Collected data entries:

# # # # # # #

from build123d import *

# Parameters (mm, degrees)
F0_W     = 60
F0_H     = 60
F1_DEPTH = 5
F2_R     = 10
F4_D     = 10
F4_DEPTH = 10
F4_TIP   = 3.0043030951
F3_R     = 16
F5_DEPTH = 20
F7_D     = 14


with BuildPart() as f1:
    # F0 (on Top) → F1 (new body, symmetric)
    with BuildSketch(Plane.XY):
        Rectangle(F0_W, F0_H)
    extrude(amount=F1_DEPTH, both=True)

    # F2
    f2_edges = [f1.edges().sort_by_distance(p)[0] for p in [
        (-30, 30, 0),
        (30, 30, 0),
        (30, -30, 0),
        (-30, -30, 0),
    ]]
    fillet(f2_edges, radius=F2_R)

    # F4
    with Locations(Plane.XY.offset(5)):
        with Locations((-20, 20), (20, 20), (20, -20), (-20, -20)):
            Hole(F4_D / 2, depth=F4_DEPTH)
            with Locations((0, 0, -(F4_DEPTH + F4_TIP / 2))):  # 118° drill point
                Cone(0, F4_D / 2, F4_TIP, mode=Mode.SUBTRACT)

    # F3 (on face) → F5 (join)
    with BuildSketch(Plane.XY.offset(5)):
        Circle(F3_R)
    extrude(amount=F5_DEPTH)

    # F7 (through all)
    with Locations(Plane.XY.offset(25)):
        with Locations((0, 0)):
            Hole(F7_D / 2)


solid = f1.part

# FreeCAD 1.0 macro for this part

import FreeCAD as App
import Part
import Sketcher
Q = App.Units.Quantity


def edges_at(feature, points):
    """Names of the edges that pass closest to the given points."""
    edges = feature.Shape.Edges
    near = lambda p: min(range(len(edges)), key=lambda i: edges[i].distToShape(Part.Vertex(*p))[0])
    return sorted({f"Edge{near(p) + 1}" for p in points})

doc = App.newDocument("Part")
params = doc.addObject("Spreadsheet::Sheet", "Params")
for row, (alias, value) in enumerate([
    ("sketch1_width", "60 mm"),
    ("pad1_length", "10 mm"),
    ("fillet_radius", "10 mm"),
    ("sketch2_diameter", "10 mm"),
    ("hole_diameter", "10 mm"),
    ("hole_depth", "10 mm"),
    ("sketch3_diameter", "32 mm"),
    ("pad2_length", "20 mm"),
    ("sketch4_diameter", "14 mm"),
    ("hole2_diameter", "14 mm"),
], start=1):
    params.set(f"A{row}", alias)
    params.set(f"B{row}", "=" + value)
    params.setAlias(f"B{row}", alias)

body = doc.addObject("PartDesign::Body", "Body")

# Sketch on XY plane
sketch1 = body.newObject("Sketcher::SketchObject", "Sketch")
sketch1.AttachmentSupport = (doc.getObject("XY_Plane"), [""])
sketch1.MapMode = "FlatFace"
sketch1.addGeometry([
    Part.LineSegment(App.Vector(-30, 30, 0), App.Vector(-30, -30, 0)),
    Part.LineSegment(App.Vector(-30, -30, 0), App.Vector(30, -30, 0)),
    Part.LineSegment(App.Vector(30, -30, 0), App.Vector(30, 30, 0)),
    Part.LineSegment(App.Vector(30, 30, 0), App.Vector(-30, 30, 0)),
], False)
sketch1.addConstraint([
    Sketcher.Constraint("Coincident", 0, 2, 1, 1),
    Sketcher.Constraint("Coincident", 1, 2, 2, 1),
    Sketcher.Constraint("Coincident", 2, 2, 3, 1),
    Sketcher.Constraint("Coincident", 3, 2, 0, 1),
    Sketcher.Constraint("Vertical", 0),
    Sketcher.Constraint("Horizontal", 1),
    Sketcher.Constraint("Vertical", 2),
    Sketcher.Constraint("Horizontal", 3),
    Sketcher.Constraint("Symmetric", 0, 2, 2, 2, -1, 1),
    Sketcher.Constraint("Equal", 3, 0),
    Sketcher.Constraint("DistanceX", 1, 1, 1, 2, Q("60 mm")),
])
sketch1.setExpression("Constraints[10]", "Params.sketch1_width")
pad1 = body.newObject("PartDesign::Pad", "Pad")
pad1.Profile = sketch1
pad1.setExpression("Length", "Params.pad1_length")
pad1.Midplane = True
doc.recompute()

fillet = body.newObject("PartDesign::Fillet", "Fillet")
fillet.Base = (pad1, edges_at(pad1, [
    (-30, 30, 0),
    (30, 30, 0),
    (30, -30, 0),
    (-30, -30, 0),
]))
fillet.setExpression("Radius", "Params.fillet_radius")

# Sketch on XY plane
sketch2 = body.newObject("Sketcher::SketchObject", "Sketch001")
sketch2.AttachmentSupport = (doc.getObject("XY_Plane"), [""])
sketch2.MapMode = "FlatFace"
sketch2.AttachmentOffset = App.Placement(App.Vector(0, 0, 5), App.Rotation())
sketch2.addGeometry([
    Part.Circle(App.Vector(-20, 20, 0), App.Vector(0, 0, 1), 5),
    Part.Circle(App.Vector(20, 20, 0), App.Vector(0, 0, 1), 5),
    Part.Circle(App.Vector(20, -20, 0), App.Vector(0, 0, 1), 5),
    Part.Circle(App.Vector(-20, -20, 0), App.Vector(0, 0, 1), 5),
], False)
sketch2.addConstraint([
    Sketcher.Constraint("Equal", 0, 1),
    Sketcher.Constraint("Equal", 1, 2),
    Sketcher.Constraint("Equal", 2, 3),
    Sketcher.Constraint("Symmetric", 0, 3, 2, 3, -1, 1),
    Sketcher.Constraint("Symmetric", 1, 3, 3, 3, -1, 1),
    Sketcher.Constraint("Symmetric", 0, 3, 1, 3, -2),
    Sketcher.Constraint("Diameter", 0, Q("10 mm")),
    Sketcher.Constraint("DistanceX", 0, 3, -1, 1, Q("20 mm")),
    Sketcher.Constraint("DistanceY", -1, 1, 0, 3, Q("20 mm")),
])
sketch2.setExpression("Constraints[6]", "Params.sketch2_diameter")
doc.recompute()
hole = body.newObject("PartDesign::Hole", "Hole")
hole.Profile = sketch2
hole.ThreadType = "None"
hole.setExpression("Diameter", "Params.hole_diameter")
hole.DepthType = "Dimension"
hole.setExpression("Depth", "Params.hole_depth")
hole.DrillPoint = "Angled"
hole.DrillPointAngle = 118

# Sketch on XY plane
sketch3 = body.newObject("Sketcher::SketchObject", "Sketch002")
sketch3.AttachmentSupport = (doc.getObject("XY_Plane"), [""])
sketch3.MapMode = "FlatFace"
sketch3.AttachmentOffset = App.Placement(App.Vector(0, 0, 5), App.Rotation())
sketch3.addGeometry(Part.Circle(App.Vector(0, 0, 0), App.Vector(0, 0, 1), 16), False)
sketch3.addConstraint([
    Sketcher.Constraint("Coincident", 0, 3, -1, 1),
    Sketcher.Constraint("Diameter", 0, Q("32 mm")),
])
sketch3.setExpression("Constraints[1]", "Params.sketch3_diameter")
pad2 = body.newObject("PartDesign::Pad", "Pad001")
pad2.Profile = sketch3
pad2.setExpression("Length", "Params.pad2_length")

# Sketch on XY plane
sketch4 = body.newObject("Sketcher::SketchObject", "Sketch003")
sketch4.AttachmentSupport = (doc.getObject("XY_Plane"), [""])
sketch4.MapMode = "FlatFace"
sketch4.AttachmentOffset = App.Placement(App.Vector(0, 0, 25), App.Rotation())
sketch4.addGeometry(Part.Circle(App.Vector(0, 0, 0), App.Vector(0, 0, 1), 7), False)
sketch4.addConstraint([
    Sketcher.Constraint("Coincident", 0, 3, -1, 1),
    Sketcher.Constraint("Diameter", 0, Q("14 mm")),
])
sketch4.setExpression("Constraints[1]", "Params.sketch4_diameter")
doc.recompute()
hole2 = body.newObject("PartDesign::Hole", "Hole001")
hole2.Profile = sketch4
hole2.ThreadType = "None"
hole2.setExpression("Diameter", "Params.hole2_diameter")
hole2.DepthType = "ThroughAll"

doc.recompute()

# # # # # # #

**What the task requires:** Once the line with "with Locations((0, 0, -(F4_DEPTH" is found in the records above, print exactly that line and every line after it through the line with "extrude(amount=F5_DEPTH)".

**Response:**
            with Locations((0, 0, -(F4_DEPTH + F4_TIP / 2))):  # 118° drill point
                Cone(0, F4_D / 2, F4_TIP, mode=Mode.SUBTRACT)

    # F3 (on face) → F5 (join)
    with BuildSketch(Plane.XY.offset(5)):
        Circle(F3_R)
    extrude(amount=F5_DEPTH)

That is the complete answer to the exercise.